=== The input ===

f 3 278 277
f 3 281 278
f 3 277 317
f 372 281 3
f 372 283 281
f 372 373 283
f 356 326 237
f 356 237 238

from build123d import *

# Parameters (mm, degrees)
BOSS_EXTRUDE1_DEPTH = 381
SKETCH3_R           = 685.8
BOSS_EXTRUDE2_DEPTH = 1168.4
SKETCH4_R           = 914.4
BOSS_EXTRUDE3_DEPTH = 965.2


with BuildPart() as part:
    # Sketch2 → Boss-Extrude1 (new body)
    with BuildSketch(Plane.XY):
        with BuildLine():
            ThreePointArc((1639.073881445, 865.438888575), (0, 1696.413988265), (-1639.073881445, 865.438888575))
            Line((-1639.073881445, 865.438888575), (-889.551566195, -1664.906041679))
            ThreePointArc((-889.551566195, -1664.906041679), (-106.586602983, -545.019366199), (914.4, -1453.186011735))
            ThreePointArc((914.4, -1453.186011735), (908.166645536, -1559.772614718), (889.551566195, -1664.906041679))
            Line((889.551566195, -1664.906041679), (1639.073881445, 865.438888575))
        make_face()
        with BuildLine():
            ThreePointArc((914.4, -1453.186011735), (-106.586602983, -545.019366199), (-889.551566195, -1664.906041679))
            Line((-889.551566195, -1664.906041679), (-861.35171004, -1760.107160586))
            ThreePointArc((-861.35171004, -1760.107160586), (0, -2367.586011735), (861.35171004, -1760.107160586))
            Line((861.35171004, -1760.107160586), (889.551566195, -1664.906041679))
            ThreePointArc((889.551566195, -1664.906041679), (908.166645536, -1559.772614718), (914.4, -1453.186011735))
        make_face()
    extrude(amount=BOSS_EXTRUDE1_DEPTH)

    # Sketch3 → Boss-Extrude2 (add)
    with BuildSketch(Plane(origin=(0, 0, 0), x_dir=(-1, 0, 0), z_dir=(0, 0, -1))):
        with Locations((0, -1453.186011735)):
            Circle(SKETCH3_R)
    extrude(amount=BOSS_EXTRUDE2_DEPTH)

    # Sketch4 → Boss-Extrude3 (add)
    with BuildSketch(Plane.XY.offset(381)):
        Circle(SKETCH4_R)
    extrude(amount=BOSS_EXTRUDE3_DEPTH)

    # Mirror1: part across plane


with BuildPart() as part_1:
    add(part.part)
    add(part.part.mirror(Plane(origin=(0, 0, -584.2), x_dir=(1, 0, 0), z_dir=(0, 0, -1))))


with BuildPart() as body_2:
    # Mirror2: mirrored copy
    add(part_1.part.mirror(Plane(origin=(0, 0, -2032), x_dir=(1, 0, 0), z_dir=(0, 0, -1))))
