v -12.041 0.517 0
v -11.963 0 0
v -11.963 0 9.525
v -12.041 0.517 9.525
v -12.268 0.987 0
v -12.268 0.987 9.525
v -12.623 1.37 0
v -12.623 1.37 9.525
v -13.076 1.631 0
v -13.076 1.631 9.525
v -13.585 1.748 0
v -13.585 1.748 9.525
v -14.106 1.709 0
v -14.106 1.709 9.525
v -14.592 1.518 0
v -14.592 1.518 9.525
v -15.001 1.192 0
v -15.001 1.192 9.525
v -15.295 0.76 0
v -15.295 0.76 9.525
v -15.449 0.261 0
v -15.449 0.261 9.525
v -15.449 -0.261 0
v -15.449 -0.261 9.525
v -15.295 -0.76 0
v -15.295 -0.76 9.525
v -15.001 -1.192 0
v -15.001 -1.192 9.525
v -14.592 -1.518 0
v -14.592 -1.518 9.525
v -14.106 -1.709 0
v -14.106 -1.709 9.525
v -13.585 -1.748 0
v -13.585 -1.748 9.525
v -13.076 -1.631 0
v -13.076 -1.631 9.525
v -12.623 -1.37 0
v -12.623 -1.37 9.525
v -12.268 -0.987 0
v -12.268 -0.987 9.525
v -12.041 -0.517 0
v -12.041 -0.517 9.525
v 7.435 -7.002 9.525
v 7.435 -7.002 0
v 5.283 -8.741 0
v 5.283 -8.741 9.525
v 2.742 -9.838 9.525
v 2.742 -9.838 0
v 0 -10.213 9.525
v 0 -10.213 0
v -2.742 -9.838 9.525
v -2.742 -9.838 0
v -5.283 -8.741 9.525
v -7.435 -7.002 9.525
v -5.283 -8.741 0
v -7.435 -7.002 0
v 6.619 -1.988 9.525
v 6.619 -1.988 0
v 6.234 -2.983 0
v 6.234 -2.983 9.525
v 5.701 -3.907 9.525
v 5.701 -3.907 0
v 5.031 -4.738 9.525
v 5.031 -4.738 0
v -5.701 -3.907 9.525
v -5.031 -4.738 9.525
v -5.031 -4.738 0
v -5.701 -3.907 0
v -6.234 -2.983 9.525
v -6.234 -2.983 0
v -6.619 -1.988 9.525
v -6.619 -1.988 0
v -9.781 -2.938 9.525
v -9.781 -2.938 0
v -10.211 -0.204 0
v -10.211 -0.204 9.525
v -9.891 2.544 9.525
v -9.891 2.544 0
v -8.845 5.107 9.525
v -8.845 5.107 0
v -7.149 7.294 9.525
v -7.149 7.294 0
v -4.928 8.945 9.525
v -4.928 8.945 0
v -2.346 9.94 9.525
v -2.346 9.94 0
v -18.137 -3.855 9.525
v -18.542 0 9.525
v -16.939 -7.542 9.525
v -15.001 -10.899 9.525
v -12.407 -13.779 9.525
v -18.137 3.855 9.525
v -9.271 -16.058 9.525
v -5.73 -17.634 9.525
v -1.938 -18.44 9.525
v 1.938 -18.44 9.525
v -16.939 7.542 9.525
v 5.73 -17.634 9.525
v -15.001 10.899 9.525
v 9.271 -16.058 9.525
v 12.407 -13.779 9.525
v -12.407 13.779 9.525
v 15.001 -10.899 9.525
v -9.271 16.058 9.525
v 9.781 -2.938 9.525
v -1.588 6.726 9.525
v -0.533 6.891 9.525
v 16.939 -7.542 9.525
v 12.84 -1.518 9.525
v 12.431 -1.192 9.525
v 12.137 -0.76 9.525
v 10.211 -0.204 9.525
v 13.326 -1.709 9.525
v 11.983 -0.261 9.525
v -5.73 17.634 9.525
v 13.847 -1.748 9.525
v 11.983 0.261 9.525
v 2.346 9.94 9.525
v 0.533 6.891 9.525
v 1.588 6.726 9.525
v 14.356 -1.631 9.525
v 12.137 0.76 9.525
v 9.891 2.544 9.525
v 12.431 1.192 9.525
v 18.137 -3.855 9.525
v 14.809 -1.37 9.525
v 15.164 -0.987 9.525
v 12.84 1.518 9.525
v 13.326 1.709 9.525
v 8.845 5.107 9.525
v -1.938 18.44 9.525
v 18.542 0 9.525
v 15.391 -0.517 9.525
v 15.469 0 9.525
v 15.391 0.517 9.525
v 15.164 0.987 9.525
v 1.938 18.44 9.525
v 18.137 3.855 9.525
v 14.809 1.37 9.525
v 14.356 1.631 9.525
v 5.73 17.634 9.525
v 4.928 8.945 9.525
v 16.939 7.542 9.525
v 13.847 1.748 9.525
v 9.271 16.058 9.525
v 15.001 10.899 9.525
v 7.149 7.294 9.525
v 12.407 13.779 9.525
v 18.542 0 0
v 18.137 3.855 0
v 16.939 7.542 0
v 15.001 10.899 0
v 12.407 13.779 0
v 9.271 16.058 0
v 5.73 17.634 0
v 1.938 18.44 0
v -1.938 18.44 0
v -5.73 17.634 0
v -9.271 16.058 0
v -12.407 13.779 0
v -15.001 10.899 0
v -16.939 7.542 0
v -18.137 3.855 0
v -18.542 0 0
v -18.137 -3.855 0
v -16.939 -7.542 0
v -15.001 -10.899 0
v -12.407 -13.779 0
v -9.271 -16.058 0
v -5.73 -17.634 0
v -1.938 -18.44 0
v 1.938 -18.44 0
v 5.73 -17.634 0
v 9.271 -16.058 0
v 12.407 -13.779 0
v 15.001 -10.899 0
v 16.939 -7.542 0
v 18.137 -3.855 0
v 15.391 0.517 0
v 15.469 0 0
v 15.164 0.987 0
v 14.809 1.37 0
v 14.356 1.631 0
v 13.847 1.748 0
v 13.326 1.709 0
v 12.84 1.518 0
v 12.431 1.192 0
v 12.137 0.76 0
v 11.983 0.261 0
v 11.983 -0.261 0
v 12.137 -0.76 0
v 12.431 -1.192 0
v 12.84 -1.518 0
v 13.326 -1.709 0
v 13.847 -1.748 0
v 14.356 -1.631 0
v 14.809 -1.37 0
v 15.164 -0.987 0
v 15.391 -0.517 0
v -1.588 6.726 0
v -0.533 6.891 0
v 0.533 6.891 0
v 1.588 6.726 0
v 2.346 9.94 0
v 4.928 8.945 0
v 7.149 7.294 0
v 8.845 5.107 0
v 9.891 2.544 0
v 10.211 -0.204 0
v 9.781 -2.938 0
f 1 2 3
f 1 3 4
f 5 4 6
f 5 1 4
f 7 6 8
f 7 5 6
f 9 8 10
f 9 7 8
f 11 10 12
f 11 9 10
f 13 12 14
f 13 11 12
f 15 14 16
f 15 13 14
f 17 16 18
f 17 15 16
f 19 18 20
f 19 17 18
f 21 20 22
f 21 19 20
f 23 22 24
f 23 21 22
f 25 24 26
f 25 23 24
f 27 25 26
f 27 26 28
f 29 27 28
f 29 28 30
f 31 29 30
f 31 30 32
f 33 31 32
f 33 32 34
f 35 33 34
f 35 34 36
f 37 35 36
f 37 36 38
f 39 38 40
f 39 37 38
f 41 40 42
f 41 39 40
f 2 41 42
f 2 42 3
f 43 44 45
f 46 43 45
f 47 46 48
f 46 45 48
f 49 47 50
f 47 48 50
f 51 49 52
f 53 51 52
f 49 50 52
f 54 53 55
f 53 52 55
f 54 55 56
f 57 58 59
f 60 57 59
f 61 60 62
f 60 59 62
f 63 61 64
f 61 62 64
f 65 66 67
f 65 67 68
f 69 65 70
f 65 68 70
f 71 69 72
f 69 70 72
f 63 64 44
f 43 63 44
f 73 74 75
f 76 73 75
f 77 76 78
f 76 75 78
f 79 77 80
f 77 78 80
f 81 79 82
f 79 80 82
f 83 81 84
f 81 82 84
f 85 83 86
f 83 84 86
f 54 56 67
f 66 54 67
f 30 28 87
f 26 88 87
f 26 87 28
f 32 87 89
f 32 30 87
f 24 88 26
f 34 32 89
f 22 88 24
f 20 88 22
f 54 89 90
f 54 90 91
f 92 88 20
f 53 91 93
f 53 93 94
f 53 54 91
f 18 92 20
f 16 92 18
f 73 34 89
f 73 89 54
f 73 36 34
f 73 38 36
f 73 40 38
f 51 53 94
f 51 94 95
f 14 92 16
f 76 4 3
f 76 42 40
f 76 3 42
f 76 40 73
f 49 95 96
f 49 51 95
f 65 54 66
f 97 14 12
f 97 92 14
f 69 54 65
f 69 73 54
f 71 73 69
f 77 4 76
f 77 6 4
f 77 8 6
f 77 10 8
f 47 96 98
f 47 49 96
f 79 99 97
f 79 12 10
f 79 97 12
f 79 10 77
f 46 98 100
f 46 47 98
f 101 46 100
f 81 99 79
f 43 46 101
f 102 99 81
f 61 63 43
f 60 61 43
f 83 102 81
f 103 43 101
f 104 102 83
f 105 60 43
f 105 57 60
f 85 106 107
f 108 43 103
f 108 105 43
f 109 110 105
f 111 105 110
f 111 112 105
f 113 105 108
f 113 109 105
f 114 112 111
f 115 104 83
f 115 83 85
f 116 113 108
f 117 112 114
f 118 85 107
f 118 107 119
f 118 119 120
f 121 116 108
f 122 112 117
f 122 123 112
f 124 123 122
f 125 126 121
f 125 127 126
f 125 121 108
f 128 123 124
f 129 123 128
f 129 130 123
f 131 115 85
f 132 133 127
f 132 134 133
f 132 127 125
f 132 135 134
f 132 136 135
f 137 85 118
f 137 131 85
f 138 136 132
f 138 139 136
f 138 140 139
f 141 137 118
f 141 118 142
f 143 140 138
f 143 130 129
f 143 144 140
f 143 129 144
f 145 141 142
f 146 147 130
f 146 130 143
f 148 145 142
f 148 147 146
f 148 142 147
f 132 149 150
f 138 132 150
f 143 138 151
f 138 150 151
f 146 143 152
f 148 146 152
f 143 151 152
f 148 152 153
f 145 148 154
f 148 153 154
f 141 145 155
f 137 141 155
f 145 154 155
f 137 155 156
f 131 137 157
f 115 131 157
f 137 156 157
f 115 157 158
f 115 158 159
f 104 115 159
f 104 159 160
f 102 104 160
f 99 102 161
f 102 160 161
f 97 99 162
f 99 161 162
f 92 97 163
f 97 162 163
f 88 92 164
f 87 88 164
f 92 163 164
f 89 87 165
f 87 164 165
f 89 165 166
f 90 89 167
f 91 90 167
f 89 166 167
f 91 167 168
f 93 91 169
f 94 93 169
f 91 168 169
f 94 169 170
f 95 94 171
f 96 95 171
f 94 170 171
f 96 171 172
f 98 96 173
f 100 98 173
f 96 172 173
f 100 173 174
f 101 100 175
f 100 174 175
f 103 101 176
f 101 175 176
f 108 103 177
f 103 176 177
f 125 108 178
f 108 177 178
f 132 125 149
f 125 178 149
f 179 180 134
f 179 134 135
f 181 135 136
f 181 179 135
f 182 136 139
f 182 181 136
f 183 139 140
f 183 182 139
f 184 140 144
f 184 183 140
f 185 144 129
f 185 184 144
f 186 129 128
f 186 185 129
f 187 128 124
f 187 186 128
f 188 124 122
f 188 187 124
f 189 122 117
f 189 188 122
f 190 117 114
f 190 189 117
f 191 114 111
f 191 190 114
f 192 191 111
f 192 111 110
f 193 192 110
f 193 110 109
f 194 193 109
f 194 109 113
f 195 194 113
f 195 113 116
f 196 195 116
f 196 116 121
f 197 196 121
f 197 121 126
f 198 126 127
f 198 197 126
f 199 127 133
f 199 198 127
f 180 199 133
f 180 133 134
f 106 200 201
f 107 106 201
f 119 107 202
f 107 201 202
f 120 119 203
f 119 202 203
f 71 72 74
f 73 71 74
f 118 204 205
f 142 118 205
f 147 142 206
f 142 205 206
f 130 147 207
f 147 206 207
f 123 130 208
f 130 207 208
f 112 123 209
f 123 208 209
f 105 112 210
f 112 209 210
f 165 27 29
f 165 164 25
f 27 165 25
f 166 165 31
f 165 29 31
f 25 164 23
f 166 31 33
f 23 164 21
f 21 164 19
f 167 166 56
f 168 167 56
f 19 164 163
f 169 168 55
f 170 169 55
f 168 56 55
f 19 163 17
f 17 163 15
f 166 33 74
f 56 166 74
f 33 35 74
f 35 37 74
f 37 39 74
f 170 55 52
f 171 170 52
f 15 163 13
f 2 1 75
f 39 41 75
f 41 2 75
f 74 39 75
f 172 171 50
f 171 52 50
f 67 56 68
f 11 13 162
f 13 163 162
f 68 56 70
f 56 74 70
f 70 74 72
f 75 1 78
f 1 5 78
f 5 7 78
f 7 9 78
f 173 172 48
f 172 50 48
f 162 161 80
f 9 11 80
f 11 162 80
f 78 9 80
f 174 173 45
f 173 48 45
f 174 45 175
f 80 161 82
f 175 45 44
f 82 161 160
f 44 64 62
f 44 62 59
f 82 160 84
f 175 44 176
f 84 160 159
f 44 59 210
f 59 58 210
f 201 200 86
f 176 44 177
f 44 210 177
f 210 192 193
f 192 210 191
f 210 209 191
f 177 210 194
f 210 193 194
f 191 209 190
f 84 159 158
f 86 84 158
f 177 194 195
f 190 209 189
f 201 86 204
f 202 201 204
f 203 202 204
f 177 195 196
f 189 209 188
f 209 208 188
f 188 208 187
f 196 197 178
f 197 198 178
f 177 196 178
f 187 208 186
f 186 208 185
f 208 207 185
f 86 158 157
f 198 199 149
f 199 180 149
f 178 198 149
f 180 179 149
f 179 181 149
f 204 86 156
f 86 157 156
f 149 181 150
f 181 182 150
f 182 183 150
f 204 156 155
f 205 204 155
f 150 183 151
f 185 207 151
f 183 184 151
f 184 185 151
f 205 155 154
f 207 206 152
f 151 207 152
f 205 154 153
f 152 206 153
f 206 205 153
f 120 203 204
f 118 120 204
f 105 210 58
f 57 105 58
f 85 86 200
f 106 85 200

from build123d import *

# Parameters (mm, degrees)
F0_R     = 18.542
F0_R_2   = 1.7526
F1_DEPTH = 9.525


with BuildPart() as f1:
    # F0 (on Top) → F1 (new body)
    with BuildSketch(Plane.XY):
        Circle(F0_R)
        with BuildLine():
            ThreePointArc((-5.031432, -4.737986), (-5.98522, -3.455569), (-6.618932, -1.988355))
            Line((-6.618932, -1.988355), (-9.781322, -2.93835))
            ThreePointArc((-9.781322, -2.93835), (-8.844836, 5.106569), (-2.345975, 9.940049))
            Line((-2.345975, 9.940049), (-1.5875, 6.726341))
            ThreePointArc((-1.5875, 6.726341), (0, 6.911137), (1.5875, 6.726341))
            Line((1.5875, 6.726341), (2.345975, 9.940049))
            ThreePointArc((2.345975, 9.940049), (8.844836, 5.106569), (9.781322, -2.93835))
            Line((9.781322, -2.93835), (6.618932, -1.988355))
            ThreePointArc((6.618932, -1.988355), (5.98522, -3.455569), (5.031432, -4.737986))
            Line((5.031432, -4.737986), (7.435347, -7.001698))
            ThreePointArc((7.435347, -7.001698), (0, -10.213137), (-7.435347, -7.001698))
            Line((-7.435347, -7.001698), (-5.031432, -4.737986))
        make_face(mode=Mode.SUBTRACT)
        with Locations((-13.716, 0)):
            Circle(F0_R_2, mode=Mode.SUBTRACT)
        with Locations((13.716, 0)):
            Circle(F0_R_2, mode=Mode.SUBTRACT)
    extrude(amount=F1_DEPTH)


solid = f1.part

===

- **What you will do**
Which lines run from the one holding "v -9.271 16.058 9.525" through the one holding "v 9.271 16.058 0" in the records above? Repeat them exactly, both included, and nothing more.

- **Written response**
v -9.271 16.058 9.525
v 9.781 -2.938 9.525
v -1.588 6.726 9.525
v -0.533 6.891 9.525
v 16.939 -7.542 9.525
v 12.84 -1.518 9.525
v 12.431 -1.192 9.525
v 12.137 -0.76 9.525
v 10.211 -0.204 9.525
v 13.326 -1.709 9.525
v 11.983 -0.261 9.525
v -5.73 17.634 9.525
v 13.847 -1.748 9.525
v 11.983 0.261 9.525
v 2.346 9.94 9.525
v 0.533 6.891 9.525
v 1.588 6.726 9.525
v 14.356 -1.631 9.525
v 12.137 0.76 9.525
v 9.891 2.544 9.525
v 12.431 1.192 9.525
v 18.137 -3.855 9.525
v 14.809 -1.37 9.525
v 15.164 -0.987 9.525
v 12.84 1.518 9.525
v 13.326 1.709 9.525
v 8.845 5.107 9.525
v -1.938 18.44 9.525
v 18.542 0 9.525
v 15.391 -0.517 9.525
v 15.469 0 9.525
v 15.391 0.517 9.525
v 15.164 0.987 9.525
v 1.938 18.44 9.525
v 18.137 3.855 9.525
v 14.809 1.37 9.525
v 14.356 1.631 9.525
v 5.73 17.634 9.525
v 4.928 8.945 9.525
v 16.939 7.542 9.525
v 13.847 1.748 9.525
v 9.271 16.058 9.525
v 15.001 10.899 9.525
v 7.149 7.294 9.525
v 12.407 13.779 9.525
v 18.542 0 0
v 18.137 3.855 0
v 16.939 7.542 0
v 15.001 10.899 0
v 12.407 13.779 0
v 9.271 16.058 0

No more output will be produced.